Zinc at sub-cytotoxic concentrations induces heme oxygenase-1 expression in human cancer cells.

BACKGROUND/AIMS: This study investigated the effects of zinc on heme oxygenase-1 (HO-1) expression in human cancer cells.

METHODS/RESULTS: Zinc at sub-cytotoxic concentrations (50-100 μM) induces HO-1 expression in the MDA-MB-231 (human breast cancer) and A2780 (human ovarian cancer) cell lines in a concentration- and time-dependent manner. The induction of HO-1 by zinc was detected after 4-6 hours of treatment, reached maximal level at 8 hours, and declined thereafter. Using a human HO-1 gene promoter reporter construct, we identified two antioxidant response elements (AREs) that mediated the zinc-induced increase in HO-1 gene transcription, indicating that the nuclear factor (erythroid-derived 2)-like 2 (Nrf2) signaling pathway is involved in this event.
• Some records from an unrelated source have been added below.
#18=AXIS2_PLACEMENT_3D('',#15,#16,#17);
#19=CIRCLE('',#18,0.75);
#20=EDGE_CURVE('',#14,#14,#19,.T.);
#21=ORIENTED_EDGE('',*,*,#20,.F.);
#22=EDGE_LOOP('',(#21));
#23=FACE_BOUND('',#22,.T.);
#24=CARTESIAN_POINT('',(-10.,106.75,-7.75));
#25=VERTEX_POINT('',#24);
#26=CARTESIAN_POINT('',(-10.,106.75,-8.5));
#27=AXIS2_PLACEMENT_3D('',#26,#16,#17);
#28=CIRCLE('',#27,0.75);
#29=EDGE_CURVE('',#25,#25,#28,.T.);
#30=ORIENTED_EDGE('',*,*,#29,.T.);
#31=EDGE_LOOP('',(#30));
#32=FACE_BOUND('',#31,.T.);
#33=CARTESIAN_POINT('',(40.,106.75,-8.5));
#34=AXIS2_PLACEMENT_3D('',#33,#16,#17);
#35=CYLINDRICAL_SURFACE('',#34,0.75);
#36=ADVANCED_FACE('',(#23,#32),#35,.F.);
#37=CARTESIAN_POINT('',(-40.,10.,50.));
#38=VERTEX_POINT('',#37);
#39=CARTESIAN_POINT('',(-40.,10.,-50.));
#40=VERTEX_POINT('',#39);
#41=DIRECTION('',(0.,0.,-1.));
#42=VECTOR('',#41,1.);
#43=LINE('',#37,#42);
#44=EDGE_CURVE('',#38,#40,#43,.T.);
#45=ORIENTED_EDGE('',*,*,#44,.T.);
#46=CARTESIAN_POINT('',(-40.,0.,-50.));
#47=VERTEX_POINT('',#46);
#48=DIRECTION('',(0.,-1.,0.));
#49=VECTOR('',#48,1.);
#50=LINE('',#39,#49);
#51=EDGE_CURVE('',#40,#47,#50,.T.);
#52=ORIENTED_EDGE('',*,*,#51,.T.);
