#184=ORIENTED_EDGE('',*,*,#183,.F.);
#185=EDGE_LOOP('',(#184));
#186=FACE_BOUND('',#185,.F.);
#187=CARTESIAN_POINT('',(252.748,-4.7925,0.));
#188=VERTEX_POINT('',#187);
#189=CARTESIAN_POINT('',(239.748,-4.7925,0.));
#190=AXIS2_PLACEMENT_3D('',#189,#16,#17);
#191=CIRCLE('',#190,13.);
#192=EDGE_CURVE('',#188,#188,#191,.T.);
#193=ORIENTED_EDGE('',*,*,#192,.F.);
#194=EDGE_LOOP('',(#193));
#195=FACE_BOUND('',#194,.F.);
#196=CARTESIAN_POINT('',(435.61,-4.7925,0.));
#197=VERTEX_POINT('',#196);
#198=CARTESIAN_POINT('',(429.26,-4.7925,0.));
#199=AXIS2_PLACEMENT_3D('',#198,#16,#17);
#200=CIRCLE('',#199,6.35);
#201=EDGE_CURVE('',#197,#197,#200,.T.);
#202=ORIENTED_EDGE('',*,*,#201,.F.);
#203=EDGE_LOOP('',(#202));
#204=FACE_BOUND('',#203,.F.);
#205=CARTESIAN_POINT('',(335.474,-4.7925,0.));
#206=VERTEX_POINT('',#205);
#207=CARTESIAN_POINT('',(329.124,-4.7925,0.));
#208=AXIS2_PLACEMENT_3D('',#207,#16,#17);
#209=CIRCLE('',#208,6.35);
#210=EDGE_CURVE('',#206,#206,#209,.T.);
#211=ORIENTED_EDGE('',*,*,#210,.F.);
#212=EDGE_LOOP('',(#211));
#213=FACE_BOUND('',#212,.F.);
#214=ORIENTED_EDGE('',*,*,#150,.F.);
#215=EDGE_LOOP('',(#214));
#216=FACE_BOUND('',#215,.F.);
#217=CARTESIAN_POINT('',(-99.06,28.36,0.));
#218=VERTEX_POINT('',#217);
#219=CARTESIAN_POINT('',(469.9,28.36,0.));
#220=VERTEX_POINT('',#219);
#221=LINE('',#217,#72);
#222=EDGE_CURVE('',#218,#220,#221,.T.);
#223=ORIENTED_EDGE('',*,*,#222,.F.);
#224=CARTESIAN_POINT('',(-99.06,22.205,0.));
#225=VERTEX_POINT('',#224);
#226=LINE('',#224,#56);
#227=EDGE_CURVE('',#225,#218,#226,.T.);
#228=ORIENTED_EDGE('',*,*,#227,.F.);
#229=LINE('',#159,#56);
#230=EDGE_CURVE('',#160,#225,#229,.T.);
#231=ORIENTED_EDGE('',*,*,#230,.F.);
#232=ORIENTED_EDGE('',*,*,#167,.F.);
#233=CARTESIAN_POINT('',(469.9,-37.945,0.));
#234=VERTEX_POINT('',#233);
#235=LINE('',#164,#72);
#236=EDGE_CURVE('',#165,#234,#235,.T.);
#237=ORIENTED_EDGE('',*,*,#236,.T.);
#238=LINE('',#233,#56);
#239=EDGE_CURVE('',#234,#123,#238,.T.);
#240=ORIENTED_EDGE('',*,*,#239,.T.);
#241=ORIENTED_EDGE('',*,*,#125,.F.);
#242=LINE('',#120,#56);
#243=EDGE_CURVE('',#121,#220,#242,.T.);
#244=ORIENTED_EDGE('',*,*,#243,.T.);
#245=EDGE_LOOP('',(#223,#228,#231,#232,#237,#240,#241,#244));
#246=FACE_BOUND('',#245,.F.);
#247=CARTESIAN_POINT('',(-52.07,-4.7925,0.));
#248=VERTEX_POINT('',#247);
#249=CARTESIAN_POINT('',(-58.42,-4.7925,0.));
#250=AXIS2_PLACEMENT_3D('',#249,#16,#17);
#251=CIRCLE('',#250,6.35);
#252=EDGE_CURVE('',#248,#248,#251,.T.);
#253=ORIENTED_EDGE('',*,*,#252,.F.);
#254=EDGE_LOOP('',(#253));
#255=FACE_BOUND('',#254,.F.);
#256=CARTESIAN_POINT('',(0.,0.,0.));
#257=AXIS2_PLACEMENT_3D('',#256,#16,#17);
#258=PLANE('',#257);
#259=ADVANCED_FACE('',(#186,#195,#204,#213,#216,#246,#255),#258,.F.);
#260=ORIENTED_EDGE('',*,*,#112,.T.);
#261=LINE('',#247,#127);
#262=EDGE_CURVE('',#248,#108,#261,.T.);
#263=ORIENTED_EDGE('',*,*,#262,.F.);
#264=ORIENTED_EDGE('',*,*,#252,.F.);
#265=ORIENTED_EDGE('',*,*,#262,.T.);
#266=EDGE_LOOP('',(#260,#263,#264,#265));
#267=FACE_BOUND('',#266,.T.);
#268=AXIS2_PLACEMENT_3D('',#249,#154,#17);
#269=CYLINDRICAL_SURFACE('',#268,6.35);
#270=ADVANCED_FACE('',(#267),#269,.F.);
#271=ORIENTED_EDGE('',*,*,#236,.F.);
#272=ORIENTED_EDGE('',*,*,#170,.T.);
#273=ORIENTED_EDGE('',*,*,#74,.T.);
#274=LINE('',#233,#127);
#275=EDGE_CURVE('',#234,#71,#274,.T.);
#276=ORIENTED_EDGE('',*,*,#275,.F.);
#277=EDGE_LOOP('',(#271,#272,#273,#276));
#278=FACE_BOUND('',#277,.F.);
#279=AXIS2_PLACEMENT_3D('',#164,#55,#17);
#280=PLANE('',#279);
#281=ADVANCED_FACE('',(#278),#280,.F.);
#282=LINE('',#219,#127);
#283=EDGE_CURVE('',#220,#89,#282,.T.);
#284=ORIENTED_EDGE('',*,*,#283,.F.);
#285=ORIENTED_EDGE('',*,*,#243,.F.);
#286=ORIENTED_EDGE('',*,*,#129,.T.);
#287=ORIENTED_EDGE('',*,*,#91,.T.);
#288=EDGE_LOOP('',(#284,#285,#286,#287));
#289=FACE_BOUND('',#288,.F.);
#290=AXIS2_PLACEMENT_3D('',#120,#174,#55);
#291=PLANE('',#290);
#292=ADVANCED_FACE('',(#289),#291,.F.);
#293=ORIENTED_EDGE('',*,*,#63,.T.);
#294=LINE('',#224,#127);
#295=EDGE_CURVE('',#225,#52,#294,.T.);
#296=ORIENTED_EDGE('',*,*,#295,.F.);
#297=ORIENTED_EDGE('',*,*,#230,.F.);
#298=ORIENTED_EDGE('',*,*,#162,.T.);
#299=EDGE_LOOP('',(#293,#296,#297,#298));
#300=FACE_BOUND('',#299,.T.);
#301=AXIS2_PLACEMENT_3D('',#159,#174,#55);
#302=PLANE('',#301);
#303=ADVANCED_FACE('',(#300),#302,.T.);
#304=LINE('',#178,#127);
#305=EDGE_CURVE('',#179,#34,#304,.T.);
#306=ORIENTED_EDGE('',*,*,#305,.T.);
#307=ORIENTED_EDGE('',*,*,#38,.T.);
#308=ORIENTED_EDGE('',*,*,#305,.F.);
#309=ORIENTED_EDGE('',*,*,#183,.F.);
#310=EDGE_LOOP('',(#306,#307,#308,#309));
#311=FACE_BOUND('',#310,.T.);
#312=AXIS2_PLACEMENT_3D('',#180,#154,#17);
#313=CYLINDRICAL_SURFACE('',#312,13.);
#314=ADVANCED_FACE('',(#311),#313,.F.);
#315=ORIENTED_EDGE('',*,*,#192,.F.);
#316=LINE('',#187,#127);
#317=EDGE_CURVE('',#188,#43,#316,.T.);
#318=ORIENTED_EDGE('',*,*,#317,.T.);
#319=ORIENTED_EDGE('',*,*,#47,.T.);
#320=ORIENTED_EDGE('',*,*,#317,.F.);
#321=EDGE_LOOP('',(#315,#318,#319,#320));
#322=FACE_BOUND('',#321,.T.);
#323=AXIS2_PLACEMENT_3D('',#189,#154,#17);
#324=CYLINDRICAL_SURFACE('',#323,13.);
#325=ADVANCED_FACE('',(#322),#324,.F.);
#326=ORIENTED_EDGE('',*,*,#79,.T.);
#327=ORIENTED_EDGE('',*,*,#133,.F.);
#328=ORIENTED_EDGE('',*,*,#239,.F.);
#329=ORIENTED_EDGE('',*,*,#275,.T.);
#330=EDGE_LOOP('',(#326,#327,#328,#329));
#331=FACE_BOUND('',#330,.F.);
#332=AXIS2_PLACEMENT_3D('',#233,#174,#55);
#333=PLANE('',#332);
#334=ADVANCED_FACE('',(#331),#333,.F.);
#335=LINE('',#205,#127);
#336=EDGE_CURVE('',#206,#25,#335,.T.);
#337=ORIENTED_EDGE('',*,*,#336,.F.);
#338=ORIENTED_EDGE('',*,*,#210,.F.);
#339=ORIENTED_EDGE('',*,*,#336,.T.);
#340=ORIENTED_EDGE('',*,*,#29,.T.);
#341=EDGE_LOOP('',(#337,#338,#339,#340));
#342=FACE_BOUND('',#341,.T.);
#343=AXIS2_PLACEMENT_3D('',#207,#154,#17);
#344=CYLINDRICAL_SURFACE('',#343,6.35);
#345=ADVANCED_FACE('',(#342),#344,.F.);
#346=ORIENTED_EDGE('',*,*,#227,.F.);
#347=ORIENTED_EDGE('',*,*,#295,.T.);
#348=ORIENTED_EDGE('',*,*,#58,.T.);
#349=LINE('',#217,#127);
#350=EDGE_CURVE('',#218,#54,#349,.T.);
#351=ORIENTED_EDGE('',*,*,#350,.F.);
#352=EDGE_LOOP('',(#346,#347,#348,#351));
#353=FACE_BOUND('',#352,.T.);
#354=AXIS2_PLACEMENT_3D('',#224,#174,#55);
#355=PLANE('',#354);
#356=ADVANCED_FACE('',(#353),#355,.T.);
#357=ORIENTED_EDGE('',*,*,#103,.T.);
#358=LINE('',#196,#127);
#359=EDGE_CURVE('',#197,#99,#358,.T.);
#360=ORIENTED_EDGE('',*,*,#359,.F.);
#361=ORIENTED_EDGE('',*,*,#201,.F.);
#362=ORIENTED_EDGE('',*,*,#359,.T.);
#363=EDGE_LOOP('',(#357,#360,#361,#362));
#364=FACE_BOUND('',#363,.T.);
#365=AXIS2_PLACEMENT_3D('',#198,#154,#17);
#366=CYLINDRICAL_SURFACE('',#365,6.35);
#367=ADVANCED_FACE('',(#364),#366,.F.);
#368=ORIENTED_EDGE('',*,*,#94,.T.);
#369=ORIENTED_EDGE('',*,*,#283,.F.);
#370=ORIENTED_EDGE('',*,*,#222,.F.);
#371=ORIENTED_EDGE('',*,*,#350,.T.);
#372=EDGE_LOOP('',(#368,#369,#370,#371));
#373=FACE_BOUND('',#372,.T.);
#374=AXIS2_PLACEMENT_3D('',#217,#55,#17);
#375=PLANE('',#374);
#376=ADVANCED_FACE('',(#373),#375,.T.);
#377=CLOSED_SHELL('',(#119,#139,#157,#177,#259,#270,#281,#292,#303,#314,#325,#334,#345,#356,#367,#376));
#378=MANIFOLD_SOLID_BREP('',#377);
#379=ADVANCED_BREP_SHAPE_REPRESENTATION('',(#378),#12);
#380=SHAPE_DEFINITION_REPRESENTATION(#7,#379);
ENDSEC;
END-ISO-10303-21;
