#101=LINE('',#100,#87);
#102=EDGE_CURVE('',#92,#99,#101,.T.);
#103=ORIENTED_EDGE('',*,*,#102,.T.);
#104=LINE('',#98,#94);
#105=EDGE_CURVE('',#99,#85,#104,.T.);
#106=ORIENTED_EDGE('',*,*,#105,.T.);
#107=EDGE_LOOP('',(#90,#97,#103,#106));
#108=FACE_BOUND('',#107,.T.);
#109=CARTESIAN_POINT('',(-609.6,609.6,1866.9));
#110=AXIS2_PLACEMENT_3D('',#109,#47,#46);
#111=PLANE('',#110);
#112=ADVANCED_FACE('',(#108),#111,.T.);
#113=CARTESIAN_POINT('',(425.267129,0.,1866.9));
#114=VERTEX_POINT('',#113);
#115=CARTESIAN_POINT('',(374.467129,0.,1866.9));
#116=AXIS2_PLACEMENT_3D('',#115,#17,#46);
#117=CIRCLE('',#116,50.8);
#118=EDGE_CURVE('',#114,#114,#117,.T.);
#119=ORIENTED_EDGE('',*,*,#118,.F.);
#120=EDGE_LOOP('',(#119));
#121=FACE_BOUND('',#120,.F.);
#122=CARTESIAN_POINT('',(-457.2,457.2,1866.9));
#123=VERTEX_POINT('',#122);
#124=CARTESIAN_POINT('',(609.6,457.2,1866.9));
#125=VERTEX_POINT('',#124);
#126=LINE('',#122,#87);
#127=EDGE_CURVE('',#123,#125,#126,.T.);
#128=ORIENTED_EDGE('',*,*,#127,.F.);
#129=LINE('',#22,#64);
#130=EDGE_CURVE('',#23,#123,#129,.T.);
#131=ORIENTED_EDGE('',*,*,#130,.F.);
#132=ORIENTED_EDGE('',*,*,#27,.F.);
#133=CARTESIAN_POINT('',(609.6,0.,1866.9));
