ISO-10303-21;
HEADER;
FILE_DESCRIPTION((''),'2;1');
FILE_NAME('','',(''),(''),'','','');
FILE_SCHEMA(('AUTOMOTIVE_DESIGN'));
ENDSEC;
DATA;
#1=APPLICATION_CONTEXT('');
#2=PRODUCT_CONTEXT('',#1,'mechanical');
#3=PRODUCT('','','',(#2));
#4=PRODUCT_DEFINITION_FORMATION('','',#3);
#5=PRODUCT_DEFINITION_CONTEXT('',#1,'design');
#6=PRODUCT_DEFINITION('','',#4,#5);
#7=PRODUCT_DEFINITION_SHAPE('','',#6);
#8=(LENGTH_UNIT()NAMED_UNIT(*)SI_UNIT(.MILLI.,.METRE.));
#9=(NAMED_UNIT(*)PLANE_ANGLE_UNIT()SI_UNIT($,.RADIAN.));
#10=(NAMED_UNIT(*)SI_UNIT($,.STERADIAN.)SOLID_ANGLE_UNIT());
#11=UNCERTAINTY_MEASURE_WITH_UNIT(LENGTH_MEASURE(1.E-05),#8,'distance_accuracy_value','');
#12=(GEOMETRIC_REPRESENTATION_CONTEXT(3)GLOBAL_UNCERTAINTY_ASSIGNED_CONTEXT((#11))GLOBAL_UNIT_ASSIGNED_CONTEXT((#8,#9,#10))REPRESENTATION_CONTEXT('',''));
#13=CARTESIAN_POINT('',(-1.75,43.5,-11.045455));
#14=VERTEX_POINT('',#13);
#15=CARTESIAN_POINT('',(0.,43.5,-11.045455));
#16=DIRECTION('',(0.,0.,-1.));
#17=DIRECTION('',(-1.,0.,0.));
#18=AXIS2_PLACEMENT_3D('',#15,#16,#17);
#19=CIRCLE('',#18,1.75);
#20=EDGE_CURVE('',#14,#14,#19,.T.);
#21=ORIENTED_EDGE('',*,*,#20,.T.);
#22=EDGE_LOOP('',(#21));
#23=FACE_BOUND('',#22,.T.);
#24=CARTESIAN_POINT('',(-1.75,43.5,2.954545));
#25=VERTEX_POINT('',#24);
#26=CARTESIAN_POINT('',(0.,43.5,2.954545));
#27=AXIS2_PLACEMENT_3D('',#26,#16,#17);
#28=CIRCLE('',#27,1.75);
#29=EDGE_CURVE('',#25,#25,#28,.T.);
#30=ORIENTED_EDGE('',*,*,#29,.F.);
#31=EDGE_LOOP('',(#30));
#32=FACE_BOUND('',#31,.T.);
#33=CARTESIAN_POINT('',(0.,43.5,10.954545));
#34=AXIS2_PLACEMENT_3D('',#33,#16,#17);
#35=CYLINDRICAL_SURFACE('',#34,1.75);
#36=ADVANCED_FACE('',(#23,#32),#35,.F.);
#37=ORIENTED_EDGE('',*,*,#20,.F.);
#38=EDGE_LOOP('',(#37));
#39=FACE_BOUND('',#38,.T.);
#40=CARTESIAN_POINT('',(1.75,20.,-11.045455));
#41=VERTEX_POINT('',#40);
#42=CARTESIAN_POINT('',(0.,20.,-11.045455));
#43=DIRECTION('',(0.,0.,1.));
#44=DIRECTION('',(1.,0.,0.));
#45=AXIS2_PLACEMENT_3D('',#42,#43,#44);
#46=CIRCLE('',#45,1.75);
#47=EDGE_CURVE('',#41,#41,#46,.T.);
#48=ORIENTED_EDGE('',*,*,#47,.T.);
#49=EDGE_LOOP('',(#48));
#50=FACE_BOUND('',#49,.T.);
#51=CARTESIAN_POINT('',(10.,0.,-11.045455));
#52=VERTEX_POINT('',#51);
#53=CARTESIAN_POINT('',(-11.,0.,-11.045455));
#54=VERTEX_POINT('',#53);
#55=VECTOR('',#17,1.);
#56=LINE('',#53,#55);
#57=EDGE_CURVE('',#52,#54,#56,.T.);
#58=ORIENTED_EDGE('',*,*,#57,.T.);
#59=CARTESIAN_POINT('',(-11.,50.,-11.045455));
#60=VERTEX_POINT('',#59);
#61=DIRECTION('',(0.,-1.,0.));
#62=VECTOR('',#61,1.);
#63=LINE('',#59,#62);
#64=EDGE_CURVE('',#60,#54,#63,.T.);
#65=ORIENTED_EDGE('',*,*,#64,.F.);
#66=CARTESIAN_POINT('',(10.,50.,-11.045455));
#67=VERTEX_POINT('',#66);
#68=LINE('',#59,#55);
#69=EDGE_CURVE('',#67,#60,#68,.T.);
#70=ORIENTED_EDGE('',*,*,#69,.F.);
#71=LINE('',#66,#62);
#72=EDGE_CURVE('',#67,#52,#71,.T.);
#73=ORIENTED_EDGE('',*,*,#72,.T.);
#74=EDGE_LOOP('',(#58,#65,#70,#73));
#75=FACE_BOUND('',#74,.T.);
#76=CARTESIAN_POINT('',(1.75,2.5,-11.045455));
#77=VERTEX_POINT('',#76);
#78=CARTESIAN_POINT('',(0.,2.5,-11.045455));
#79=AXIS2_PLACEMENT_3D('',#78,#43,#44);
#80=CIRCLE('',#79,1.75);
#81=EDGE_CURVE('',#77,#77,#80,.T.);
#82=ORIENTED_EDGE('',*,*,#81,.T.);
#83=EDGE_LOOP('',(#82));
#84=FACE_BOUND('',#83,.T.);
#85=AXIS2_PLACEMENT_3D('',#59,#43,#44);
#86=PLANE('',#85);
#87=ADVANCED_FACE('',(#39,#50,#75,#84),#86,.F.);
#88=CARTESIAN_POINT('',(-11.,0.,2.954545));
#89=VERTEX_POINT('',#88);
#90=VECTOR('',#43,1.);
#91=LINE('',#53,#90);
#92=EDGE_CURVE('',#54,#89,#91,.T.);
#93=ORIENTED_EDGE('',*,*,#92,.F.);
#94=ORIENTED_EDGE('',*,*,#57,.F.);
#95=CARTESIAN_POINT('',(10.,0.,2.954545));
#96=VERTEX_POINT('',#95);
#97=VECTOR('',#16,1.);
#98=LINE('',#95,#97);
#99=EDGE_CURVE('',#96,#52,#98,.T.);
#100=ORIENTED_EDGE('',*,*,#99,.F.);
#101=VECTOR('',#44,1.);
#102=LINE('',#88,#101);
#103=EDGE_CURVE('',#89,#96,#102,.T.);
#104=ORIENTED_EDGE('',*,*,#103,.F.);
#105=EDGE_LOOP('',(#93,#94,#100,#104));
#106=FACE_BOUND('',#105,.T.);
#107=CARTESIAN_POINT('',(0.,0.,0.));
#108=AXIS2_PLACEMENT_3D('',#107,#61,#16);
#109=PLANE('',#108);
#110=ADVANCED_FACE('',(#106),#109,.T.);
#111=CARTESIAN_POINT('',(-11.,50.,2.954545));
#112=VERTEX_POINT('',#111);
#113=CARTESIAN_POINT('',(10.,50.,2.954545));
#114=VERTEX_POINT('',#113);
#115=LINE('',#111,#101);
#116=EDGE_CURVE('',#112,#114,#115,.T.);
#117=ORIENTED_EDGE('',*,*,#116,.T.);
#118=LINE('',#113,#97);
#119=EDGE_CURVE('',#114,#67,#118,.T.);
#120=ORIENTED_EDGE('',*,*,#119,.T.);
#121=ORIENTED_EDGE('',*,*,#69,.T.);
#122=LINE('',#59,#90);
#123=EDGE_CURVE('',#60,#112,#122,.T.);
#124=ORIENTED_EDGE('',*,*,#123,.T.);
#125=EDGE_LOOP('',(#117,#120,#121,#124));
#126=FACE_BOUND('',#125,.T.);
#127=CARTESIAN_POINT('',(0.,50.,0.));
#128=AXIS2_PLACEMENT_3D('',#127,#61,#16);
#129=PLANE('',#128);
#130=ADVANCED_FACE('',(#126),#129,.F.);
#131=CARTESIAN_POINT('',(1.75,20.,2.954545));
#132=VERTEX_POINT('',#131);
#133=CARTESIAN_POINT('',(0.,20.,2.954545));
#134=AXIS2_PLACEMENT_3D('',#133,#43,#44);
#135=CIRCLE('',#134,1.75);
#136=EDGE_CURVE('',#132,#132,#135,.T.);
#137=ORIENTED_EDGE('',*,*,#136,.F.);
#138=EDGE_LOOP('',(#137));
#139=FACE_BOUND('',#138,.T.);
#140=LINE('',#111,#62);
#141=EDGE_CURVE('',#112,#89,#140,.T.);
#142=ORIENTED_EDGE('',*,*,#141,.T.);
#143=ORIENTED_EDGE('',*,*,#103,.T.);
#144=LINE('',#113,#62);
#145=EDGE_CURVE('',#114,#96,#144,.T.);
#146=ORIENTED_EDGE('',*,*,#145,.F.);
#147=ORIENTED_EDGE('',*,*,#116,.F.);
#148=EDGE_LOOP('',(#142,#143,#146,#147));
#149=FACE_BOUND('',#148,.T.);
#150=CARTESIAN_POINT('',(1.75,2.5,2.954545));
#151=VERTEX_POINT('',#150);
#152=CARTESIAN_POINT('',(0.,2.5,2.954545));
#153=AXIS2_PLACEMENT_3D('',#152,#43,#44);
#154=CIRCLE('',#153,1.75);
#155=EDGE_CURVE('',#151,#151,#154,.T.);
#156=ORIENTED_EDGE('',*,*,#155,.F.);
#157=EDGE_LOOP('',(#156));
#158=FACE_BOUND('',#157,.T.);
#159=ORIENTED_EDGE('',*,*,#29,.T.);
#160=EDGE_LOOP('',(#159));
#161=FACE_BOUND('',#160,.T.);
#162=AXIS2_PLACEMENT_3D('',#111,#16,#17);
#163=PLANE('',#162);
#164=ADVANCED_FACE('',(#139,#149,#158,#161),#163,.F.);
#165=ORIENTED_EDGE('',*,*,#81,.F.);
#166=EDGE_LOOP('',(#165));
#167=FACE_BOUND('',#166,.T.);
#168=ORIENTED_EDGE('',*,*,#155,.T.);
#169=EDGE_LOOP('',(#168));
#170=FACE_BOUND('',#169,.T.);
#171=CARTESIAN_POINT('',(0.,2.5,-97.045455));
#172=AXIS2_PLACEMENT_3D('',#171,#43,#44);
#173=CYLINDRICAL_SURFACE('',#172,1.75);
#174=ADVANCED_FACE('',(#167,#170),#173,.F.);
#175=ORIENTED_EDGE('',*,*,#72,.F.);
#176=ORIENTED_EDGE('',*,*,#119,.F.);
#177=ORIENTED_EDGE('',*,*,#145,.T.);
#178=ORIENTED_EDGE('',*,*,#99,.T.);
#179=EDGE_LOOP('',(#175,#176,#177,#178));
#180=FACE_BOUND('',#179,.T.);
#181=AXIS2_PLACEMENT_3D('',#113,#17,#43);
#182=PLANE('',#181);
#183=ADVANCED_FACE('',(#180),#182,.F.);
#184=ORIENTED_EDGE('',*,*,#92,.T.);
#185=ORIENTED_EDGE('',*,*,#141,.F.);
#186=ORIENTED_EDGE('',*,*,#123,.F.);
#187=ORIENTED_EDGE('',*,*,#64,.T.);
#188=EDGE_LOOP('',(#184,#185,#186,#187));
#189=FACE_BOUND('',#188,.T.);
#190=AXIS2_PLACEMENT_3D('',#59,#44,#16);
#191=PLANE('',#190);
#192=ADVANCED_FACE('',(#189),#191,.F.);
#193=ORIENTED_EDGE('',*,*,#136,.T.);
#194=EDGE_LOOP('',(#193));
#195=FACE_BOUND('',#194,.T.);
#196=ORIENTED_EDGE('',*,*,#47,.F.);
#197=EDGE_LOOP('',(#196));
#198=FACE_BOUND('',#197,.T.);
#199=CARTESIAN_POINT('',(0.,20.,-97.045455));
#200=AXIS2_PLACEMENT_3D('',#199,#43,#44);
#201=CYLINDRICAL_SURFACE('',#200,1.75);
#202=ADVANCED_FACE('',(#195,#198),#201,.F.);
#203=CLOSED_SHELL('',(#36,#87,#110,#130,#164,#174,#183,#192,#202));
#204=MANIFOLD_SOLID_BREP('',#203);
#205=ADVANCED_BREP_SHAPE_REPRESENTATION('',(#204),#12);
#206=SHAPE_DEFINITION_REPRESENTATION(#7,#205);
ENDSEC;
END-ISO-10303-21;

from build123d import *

# Parameters (mm, degrees)
SKETCH1_W           = 21
SKETCH1_H           = 14
BOSS_EXTRUDE1_DEPTH = 50
SKETCH2_R           = 1.75
CUT_EXTRUDE1_DEPTH  = 100
SKETCH3_R           = 1.75
CUT_EXTRUDE2_DEPTH  = 22


with BuildPart() as part:
    # Sketch1 → Boss-Extrude1 (new body)
    with BuildSketch(Plane(origin=(0, 0, 0), x_dir=(1, 0, 0), z_dir=(0, 1, 0))):
        with Locations((-0.5, 4.045454545)):
            Rectangle(SKETCH1_W, SKETCH1_H)
    extrude(amount=BOSS_EXTRUDE1_DEPTH)

    # Sketch2 → Cut-Extrude1 (cut)
    with BuildSketch(Plane.XY.offset(2.954545455)):
        with Locations((0, 2.5)):
            Circle(SKETCH2_R)
        with Locations((0, 20)):
            Circle(SKETCH2_R)
    extrude(amount=-CUT_EXTRUDE1_DEPTH, mode=Mode.SUBTRACT)

    # Sketch3 → Cut-Extrude2 (cut)
    with BuildSketch(Plane(origin=(0, 0, -11.045454545), x_dir=(-1, 0, 0), z_dir=(0, 0, -1))):
        with Locations((0, 43.5)):
            Circle(SKETCH3_R)
    extrude(amount=-CUT_EXTRUDE2_DEPTH, mode=Mode.SUBTRACT)


solid = part.part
This assumption was supported by the observations that knockdown of Nrf2 expression compromised the zinc-induced increase in HO-1 gene transcription, and that zinc increased Nrf2 protein expression and the Nrf2 binding to the AREs. Additionally, we found that the zinc-induced HO-1 gene transcription can be enhanced by clioquinol, a zinc ionophore, and reversed by pretreatment with TPEN, a known zinc chelator, indicating that an increase in intracellular zinc levels is responsible for this induction.

CONCLUSION

These findings demonstrate that zinc at sub-cytotoxic concentrations induces HO-1 expression in human cancer cells. The biological significance of this induction merits further investigation.